# easy way to find out thickness of basement floor (conrete)?



## anuvanoob

*easy way to find out thickness of basement floor (concrete)?*

I had to drill a hole in my basement floor (concrete) for a project. I was shocked when I drilled through the concrete so quickly. What's a quick and easy way to determine the actual thickness of the concrete slab?


----------



## TarheelTerp

anuvanoob said:


> I was shocked when I drilled through the concrete so quickly.
> What's a quick and easy way to determine the actual thickness of the concrete slab?


thickness will vary


----------



## Canarywood1

anuvanoob said:


> I had to drill a hole in my basement floor (concrete) for a project. I was shocked when I drilled through the concrete so quickly. What's a quick and easy way to determine the actual thickness of the concrete slab?


 


There's no quick,easy,or cheap way to do that,only way i know of is to core it,but basement floors can be 3-5 inches.


----------



## Bondo

anuvanoob said:


> *I had to drill a hole in my basement floor (concrete) for a project. I was shocked when I drilled through the concrete so quickly.* What's a quick and easy way to determine the actual thickness of the concrete slab?
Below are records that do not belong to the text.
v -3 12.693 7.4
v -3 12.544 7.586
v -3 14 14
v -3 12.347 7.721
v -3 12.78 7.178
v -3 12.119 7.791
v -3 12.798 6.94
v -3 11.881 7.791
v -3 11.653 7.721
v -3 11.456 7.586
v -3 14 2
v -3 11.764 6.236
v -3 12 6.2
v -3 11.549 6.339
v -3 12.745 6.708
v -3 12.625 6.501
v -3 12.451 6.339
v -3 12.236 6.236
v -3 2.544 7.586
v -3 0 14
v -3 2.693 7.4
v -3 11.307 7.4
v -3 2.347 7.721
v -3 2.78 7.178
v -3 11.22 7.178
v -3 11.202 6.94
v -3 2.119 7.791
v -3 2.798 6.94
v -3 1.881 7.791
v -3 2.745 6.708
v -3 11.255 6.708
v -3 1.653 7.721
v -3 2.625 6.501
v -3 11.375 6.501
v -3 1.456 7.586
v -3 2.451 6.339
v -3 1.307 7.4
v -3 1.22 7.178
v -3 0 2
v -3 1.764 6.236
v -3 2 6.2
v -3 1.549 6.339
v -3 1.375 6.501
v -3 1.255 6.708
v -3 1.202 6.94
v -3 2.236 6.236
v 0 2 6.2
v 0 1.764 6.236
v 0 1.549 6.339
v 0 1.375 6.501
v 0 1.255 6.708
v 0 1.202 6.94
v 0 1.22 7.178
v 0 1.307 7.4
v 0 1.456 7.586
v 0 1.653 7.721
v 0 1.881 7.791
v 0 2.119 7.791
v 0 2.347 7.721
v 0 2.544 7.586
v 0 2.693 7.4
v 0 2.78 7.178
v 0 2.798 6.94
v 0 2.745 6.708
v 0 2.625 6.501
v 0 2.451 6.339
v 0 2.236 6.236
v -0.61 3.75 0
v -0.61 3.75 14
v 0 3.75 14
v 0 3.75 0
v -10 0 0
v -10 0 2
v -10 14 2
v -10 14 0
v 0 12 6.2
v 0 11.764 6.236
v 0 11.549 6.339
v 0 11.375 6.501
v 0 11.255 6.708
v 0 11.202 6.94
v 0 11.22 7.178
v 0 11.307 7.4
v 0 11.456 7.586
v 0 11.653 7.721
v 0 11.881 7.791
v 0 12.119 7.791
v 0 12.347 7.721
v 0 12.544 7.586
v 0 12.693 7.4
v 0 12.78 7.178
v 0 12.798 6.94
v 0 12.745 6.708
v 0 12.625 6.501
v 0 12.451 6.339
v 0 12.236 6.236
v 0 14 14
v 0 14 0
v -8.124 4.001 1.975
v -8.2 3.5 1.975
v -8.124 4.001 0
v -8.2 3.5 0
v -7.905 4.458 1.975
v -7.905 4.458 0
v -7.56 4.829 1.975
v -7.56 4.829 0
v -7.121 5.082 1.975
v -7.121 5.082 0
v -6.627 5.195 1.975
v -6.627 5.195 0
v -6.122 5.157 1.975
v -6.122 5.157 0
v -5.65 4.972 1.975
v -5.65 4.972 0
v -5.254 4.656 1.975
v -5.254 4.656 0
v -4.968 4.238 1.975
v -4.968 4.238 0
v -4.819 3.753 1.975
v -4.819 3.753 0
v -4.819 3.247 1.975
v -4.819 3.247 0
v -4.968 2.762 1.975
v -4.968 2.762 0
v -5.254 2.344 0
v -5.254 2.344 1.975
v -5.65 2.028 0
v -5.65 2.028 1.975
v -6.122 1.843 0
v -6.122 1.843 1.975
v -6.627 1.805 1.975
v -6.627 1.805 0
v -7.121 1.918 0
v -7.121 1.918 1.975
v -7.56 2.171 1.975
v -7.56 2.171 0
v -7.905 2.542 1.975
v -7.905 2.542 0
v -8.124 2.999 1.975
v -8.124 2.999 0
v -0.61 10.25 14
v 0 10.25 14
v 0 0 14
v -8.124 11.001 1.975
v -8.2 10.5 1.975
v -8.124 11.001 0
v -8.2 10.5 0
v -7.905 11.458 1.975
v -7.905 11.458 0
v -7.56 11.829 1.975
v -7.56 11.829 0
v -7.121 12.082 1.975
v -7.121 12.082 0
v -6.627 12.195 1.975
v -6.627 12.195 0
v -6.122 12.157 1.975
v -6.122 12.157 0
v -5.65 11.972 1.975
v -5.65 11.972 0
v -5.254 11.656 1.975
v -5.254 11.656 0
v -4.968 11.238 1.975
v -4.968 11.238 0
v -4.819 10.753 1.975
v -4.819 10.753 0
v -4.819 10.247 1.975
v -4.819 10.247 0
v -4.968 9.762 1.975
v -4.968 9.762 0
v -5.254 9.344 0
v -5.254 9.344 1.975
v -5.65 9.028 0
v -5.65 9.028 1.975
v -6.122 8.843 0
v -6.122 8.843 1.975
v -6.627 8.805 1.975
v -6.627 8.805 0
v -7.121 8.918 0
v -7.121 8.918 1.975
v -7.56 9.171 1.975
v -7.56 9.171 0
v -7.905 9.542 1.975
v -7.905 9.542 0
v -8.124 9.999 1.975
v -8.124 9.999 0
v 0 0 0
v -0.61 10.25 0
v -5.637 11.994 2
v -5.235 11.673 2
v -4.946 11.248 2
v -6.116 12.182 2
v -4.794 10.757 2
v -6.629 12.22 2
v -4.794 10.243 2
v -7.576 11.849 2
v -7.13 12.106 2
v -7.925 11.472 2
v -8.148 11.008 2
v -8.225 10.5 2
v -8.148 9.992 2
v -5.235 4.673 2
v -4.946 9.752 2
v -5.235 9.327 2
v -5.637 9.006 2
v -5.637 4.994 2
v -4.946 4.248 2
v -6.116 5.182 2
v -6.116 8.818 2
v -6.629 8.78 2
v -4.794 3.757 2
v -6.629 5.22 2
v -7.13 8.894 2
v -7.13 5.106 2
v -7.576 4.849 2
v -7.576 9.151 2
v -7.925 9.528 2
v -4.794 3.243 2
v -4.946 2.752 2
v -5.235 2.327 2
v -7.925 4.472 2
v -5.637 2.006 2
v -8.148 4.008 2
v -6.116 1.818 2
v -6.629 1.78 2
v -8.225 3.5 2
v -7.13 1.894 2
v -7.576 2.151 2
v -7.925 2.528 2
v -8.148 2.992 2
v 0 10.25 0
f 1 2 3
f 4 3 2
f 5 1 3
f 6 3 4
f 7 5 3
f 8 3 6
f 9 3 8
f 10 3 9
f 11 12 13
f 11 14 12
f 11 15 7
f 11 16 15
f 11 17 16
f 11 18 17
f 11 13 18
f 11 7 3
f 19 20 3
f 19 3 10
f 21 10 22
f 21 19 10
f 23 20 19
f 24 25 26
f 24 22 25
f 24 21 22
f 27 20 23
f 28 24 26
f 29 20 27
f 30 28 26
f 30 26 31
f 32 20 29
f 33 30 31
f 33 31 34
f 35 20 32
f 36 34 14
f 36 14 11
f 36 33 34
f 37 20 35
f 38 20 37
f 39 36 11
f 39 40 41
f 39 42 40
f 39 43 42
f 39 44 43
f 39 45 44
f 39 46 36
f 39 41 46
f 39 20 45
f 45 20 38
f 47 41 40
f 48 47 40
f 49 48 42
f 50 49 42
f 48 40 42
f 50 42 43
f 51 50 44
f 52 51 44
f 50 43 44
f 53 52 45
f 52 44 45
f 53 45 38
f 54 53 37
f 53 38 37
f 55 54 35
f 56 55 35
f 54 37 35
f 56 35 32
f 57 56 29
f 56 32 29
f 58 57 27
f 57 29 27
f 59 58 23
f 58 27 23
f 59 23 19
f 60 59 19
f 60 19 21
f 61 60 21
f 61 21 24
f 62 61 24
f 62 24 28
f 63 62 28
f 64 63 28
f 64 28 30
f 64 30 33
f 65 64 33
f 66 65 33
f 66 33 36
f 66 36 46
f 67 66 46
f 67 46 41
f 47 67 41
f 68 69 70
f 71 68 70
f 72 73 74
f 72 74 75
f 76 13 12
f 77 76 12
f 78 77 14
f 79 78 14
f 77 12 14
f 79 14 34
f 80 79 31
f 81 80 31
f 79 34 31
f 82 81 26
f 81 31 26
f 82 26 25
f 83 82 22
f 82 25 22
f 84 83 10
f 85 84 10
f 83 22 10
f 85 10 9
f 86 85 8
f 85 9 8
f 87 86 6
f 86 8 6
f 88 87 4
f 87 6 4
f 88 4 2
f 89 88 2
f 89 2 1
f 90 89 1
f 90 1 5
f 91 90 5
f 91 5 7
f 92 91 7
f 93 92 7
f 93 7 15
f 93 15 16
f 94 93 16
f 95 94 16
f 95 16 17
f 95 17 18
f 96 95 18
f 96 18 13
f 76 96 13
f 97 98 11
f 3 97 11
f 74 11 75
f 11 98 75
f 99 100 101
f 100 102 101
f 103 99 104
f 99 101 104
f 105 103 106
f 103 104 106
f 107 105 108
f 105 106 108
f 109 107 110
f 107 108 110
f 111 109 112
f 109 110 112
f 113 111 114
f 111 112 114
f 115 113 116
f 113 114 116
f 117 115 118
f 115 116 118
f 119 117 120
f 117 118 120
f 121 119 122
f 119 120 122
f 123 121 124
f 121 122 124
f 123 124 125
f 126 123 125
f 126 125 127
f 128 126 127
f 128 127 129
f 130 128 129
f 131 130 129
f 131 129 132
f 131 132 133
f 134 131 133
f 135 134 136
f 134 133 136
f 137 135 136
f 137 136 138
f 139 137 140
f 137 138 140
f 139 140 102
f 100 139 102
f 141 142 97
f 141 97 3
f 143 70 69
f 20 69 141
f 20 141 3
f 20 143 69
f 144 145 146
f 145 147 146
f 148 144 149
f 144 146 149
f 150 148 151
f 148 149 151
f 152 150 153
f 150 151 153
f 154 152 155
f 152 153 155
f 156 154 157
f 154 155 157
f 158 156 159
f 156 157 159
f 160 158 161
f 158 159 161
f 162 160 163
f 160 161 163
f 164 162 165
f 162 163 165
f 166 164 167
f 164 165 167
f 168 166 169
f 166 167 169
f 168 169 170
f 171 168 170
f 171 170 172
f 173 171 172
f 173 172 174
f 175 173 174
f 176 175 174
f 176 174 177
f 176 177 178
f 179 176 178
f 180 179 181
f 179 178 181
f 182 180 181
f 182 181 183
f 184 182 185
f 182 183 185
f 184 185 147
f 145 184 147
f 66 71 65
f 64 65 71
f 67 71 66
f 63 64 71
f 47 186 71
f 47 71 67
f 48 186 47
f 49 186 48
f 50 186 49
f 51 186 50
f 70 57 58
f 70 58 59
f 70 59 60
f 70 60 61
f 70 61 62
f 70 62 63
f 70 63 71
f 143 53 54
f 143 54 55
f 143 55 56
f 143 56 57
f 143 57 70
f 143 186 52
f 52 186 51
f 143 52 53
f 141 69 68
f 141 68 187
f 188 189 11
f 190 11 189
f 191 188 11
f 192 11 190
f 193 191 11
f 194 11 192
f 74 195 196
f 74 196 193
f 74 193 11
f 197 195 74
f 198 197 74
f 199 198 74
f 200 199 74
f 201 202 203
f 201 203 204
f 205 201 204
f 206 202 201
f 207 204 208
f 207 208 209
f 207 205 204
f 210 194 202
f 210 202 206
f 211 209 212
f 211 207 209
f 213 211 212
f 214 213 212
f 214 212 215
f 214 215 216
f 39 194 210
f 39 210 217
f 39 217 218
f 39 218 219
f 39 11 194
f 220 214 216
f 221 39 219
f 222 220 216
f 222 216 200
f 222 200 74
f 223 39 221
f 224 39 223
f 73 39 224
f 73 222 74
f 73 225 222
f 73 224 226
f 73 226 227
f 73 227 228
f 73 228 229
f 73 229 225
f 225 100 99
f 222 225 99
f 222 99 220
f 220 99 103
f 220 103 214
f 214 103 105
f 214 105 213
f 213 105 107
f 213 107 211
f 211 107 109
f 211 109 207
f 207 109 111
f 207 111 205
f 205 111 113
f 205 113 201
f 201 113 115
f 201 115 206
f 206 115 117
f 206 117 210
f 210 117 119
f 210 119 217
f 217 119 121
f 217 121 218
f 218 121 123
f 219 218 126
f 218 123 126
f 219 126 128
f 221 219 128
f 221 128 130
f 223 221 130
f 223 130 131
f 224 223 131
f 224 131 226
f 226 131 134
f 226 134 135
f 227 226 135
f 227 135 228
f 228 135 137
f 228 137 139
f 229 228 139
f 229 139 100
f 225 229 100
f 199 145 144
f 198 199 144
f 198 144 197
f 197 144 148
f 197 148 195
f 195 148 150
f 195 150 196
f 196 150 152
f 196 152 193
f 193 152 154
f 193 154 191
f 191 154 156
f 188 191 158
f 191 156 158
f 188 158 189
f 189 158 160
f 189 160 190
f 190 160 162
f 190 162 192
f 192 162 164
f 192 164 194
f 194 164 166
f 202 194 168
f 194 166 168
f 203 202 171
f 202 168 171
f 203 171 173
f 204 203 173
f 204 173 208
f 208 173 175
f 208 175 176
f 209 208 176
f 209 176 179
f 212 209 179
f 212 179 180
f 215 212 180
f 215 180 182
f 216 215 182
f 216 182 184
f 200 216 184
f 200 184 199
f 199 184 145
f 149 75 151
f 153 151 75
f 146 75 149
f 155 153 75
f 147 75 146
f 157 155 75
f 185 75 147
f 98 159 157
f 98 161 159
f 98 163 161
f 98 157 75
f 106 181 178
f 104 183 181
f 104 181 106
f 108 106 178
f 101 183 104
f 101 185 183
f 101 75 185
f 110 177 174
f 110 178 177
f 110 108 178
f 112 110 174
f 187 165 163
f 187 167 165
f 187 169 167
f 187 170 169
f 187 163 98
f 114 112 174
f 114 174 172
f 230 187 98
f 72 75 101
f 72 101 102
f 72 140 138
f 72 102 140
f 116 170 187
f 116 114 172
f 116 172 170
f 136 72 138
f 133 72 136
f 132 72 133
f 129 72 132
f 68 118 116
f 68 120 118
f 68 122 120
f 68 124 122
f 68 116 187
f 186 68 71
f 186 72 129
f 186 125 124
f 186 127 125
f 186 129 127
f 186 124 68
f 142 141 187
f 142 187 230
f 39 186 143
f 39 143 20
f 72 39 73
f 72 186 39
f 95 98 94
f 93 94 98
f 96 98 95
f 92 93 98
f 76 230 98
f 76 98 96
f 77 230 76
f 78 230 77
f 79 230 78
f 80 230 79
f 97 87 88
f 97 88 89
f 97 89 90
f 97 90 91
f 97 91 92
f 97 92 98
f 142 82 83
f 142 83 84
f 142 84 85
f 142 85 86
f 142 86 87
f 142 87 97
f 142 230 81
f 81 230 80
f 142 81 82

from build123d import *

# Parameters (mm, degrees)
BOSS_EXTRUDE1_DEPTH            = 14
M3_CLEARANCE_HOLE1_D           = 3.4
M3_CLEARANCE_HOLE1_CSINK_D     = 3.45
M3_CLEARANCE_HOLE1_CSINK_ANGLE = 90
SKETCH2_W                      = 0.61
SKETCH2_H                      = 6.5
CUT_EXTRUDE1_DEPTH             = 23.181073013
M2_TAPPED_HOLE1_D              = 1.6


with BuildPart() as part:
    # Sketch1 → Boss-Extrude1 (new body)
    with BuildSketch(Plane(origin=(0, 0, 0), x_dir=(1, 0, 0), z_dir=(0, 1, 0))):
        Polygon((-10, 0), (0, 0), (0, -14), (-3, -14), (-3, -2), (-10, -2), align=None)
    extrude(amount=BOSS_EXTRUDE1_DEPTH)

    # M3 Clearance Hole1 (through all)
    with Locations(Plane.XY.offset(2)):
        with Locations((-6.5, 10.5), (-6.5, 3.5)):
            CounterSinkHole(M3_CLEARANCE_HOLE1_D / 2, M3_CLEARANCE_HOLE1_CSINK_D / 2, counter_sink_angle=M3_CLEARANCE_HOLE1_CSINK_ANGLE)

    # Sketch2 → Cut-Extrude1 (cut, through all)
    with BuildSketch(Plane.XY.offset(14)):
        with Locations((-0.305, 7)):
            Rectangle(SKETCH2_W, SKETCH2_H)
    extrude(amount=-CUT_EXTRUDE1_DEPTH, mode=Mode.SUBTRACT)

    # M2 Tapped Hole1 (through all)
    with Locations(Plane(origin=(0, 5.858814373, -1.158558045), x_dir=(0, 0, 1), z_dir=(1, 0, 0))):
        with Locations((8.158558045, -6.141185627), (8.158558045, 3.858814373)):
            Hole(M2_TAPPED_HOLE1_D / 2)


solid = part.part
Ayuh,.... Ya just Did it,... 

Measure the drill bit, 'n note the depth it pushed through...


----------



## anuvanoob

The quick & easy way I determined the actual thickness was by bending the end of a paper clip into a small hook, sticking it through the drilled hole, fishing for the bottom of the slab, marking where the paper clip meets the top of the slab, removing the clip and then measuring from the bottom of the mark to the top of the hook's end. Its 3/4". Yes, that's three quarters of one inch. That worries me. Anyhoo, that method worked great!


----------



## Bondo

anuvanoob said:


> The quick & easy way I determined the actual thickness was by bending the end of a paper clip into a small hook, sticking it through the drilled hole, fishing for the bottom of the slab, marking where the paper clip meets the top of the slab, removing the clip and then measuring from the bottom of the mark to the top of the hook's end.* Its 3/4". Yes, that's three quarters of one inch. That worries me*. Anyhoo, that method worked great!


Ayuh,.... 3/4" keeps yer feet dry, 'n outa the mud....

It ain't like yer drivin' a Truck around on it...


----------



## tony.g

anuvanoob said:


> I had to drill a hole in my basement floor (concrete) for a project.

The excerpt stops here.